О дивный новый мир. Слепец в Газе (сборник) - стр. 62
– Дневная порция сомы, – ответил Бернард слегка невнятно; он подкреплял энергию – жевал Гуверову секс-гормональную резинку. – Кончил смену – получай сому. Четыре полуграммовые таблетки. А по субботам – шесть.
Он взял Джона дружески под руку и направился с ним к вертоплану.
Линайна вошла в раздевальню напевая.
– У тебя такой довольный вид, – сказала Фанни.
– Да, у меня радость, – отвечала Линайна. (Жжик! – расстегнула она молнию.) – Полчаса назад позвонил Бернард. (Жжик, жжик! – сняла она шорты.) У него непредвиденная встреча. (Жжик!) Попросил сводить Дикаря вечером в ощущалку. Надо скорей лететь. – И она побежала в ванную кабинку.
«Везет же девушке», – подумала Фанни, глядя вслед Линайне. Подумала без зависти; добродушная Фанни просто констатировала факт. Действительно, Линайне повезло. Не на одного лишь Бернарда, но в щедрой мере и на нее падали лучи славы Дикаря (самая модная, самая громкая сенсация момента!) и озаряли ее малозначительную личность. Ведь сама руководительница Фордианского союза женской молодежи попросила ее прочесть лекцию о Дикаре! Ведь Линайну пригласили на ежегодный званый обед клуба «Афродитеум»! Ведь ее уже показывали в «Ощущальных новостях» – зримо, слышимо и осязаемо явили сотням миллионов жителей планеты!
Едва ли менее лестной для Линайны была благосклонность видных лиц. Второй секретарь Главноуправителя пригласил ее на ужин-завтрак. Один из своих уик-эндов Линайна провела с Верховным судьей, другой – с архипеснословом Кентерберийским. Ей то и дело звонил глава Корпорации секреторных продуктов, а с заместителем Управляющего Европейским банком она слетала в Довиль.
– Чудесно, что и говорить. Но, – призналась Линайна подруге, – у меня какое-то такое чувство, точно я получаю все это обманом. Потому что первым делом, конечно, все они допытываются, какой из Дикаря любовник. И приходится отвечать, что не знаю. – Она поникла головой. – Конечно, почти никто не верит мне. Но это правда. И жаль, что правда, – прибавила она грустно и вздохнула. – Он же страшно красивый – верно?
– А разве ты ему не нравишься? – спросила Фанни.

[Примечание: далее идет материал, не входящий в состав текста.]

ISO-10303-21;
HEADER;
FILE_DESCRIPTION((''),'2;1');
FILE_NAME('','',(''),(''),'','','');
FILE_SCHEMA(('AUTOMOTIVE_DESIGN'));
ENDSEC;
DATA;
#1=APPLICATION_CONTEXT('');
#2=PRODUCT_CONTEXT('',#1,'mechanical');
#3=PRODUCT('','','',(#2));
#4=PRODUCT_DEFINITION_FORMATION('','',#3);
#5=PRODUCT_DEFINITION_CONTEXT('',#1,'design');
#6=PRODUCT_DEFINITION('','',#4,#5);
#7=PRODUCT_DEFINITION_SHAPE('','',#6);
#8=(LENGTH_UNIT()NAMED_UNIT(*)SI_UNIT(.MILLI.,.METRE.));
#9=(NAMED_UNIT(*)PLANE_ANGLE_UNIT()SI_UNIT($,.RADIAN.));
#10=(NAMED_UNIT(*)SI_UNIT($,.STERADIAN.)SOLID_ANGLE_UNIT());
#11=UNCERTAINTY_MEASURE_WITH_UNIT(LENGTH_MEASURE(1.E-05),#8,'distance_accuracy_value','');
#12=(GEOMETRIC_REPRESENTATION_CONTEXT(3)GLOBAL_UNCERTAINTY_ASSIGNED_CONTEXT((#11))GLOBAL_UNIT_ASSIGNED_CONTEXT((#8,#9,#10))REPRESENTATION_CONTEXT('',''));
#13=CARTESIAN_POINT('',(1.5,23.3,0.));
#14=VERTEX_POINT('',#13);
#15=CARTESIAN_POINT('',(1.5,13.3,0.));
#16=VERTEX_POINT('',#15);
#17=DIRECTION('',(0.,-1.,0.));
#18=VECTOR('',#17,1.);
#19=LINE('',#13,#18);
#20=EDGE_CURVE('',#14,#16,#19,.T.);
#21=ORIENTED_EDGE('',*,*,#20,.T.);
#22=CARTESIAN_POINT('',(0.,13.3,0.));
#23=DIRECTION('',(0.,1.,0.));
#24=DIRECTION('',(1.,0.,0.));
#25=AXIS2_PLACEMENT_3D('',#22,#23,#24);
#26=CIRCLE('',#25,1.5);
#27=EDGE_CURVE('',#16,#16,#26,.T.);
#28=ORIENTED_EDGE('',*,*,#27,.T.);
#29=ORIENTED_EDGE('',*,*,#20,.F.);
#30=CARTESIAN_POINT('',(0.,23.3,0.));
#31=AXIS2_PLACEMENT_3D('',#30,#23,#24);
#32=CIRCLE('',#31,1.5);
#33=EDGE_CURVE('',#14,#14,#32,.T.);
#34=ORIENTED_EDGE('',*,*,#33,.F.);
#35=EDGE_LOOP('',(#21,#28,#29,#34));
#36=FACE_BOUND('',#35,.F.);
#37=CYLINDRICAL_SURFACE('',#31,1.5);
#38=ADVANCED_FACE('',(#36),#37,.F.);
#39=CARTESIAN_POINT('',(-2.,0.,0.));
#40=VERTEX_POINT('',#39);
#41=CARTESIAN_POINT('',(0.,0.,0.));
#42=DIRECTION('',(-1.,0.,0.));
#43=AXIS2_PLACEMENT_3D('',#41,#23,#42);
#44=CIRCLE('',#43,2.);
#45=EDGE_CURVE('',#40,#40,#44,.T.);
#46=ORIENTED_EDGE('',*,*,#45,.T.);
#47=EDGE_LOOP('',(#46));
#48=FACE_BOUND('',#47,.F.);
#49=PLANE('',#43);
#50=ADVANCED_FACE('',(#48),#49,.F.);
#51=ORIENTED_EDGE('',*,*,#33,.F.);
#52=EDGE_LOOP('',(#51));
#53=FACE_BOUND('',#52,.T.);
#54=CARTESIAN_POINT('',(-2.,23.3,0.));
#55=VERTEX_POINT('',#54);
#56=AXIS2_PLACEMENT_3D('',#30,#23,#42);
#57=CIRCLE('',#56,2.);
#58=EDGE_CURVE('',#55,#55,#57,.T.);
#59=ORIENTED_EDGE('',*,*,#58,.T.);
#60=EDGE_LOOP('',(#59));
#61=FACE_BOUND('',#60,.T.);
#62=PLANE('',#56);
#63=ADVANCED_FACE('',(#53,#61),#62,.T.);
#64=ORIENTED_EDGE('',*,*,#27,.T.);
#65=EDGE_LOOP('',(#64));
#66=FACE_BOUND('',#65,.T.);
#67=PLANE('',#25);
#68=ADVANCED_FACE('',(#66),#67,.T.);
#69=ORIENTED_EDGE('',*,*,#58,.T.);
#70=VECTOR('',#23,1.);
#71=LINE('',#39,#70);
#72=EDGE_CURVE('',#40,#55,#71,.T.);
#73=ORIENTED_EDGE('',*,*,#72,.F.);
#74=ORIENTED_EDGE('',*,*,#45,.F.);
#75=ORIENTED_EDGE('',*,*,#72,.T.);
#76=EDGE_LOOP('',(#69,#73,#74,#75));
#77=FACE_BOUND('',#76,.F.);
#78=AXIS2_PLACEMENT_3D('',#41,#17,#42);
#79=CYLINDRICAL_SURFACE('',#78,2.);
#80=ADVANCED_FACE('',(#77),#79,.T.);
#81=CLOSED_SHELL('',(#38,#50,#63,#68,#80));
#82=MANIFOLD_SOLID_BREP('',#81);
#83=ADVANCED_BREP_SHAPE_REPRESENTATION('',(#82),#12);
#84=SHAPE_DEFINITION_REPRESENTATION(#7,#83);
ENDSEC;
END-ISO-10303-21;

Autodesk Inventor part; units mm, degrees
ref_plane "YZ Plane" through (0, 0, 0) normal (1, 0, 0) x (0, 1, 0)
ref_plane "XZ Plane" through (0, 0, 0) normal (0, 1, 0) x (-1, 0, 0)
ref_plane "XY Plane" through (0, 0, 0) normal (0, 0, 1) x (1, 0, 0)
sketch "スケッチ1" plane through (0, 0, 0) normal (0, 1, 0) x (-1, 0, 0)
  circle A0 centre (0, 0) radius 2
  dimension "d0" = 4
extrude "押し出し1" add sketch "スケッチ1" along normal blind 23.3
sketch "スケッチ2" plane through (0, 23.3, 0) normal (0, 1, 0) x (1, 0, 0)
  circle A0 centre (0, 0) radius 1.5
  dimension "d3" = 3
extrude "押し出し2" cut sketch "スケッチ2" against normal blind 10
thread "ねじ1" size "M3x0.5" class "6H" standard "ANSI Metric M Profile" full length
properties part number "shaft_23.3mm" material "アルミニウム 6061"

– Иногда мне кажется, нравлюсь, а иногда – нет. Он избегает меня все время; стоит мне войти в комнату, как он уходит; не коснется рукой никогда; глядит в сторону. Но бывает, обернусь неожиданно и ловлю его взгляд на себе; и тогда – ну, сама знаешь, какой у мужчин взгляд, когда им нравишься.
Фанни кивнула.
– Так что не пойму я, – дернула Линайна плечом. Она недоумевала, она была сбита с толку и удручена. – Потому что, понимаешь, Фанни, он-то мне нравится.
Нравится все больше, все сильней. И вот теперь свидание, думала она, прыскаясь духами после ванны. Здесь, и здесь, и здесь чуточку… Наконец-то свидание. Она весело запела:
Запаховый оргáн исполнил восхитительно бодрящее «Травяное каприччио» – журчащие арпеджио тимьяна и лаванды, розмарина, мирта, эстрагона; ряд смелых модуляций по всей гамме пряностей, кончая амброй; и медленный возврат через сандал, камфару, кедр и свежескошенное сено (с легкими порою диссонансами – запашком ливера, слабеньким душком свиного навоза) – возврат к цветочным ароматам, с которых началось каприччио. Повеяло на прощание тимьяном; раздались аплодисменты; свет вспыхнул ярко. В аппарате синтетической музыки завертелся ролик звукозаписи, разматываясь. Трио для экстраскрипки, супервиолончели и гипергобоя наполнило воздух своей мелодической негой. Тактов тридцать или сорок – а затем на этом инструментальном фоне запел совершенно сверхчеловеческий голос; то грудной, то головной, то чистых, как флейта, тонов, то насыщенный томящими обертонами, голос этот без усилия переходил от рекордно басовых нот к почти ультразвуковым переливчатым верхам, далеко превосходящим высочайшее «до», которое, к удивлению Моцарта, пронзительно взяла однажды Лукреция Аюгари – единственный в истории музыки раз – в 1770 году, в герцогской опере города Пармы.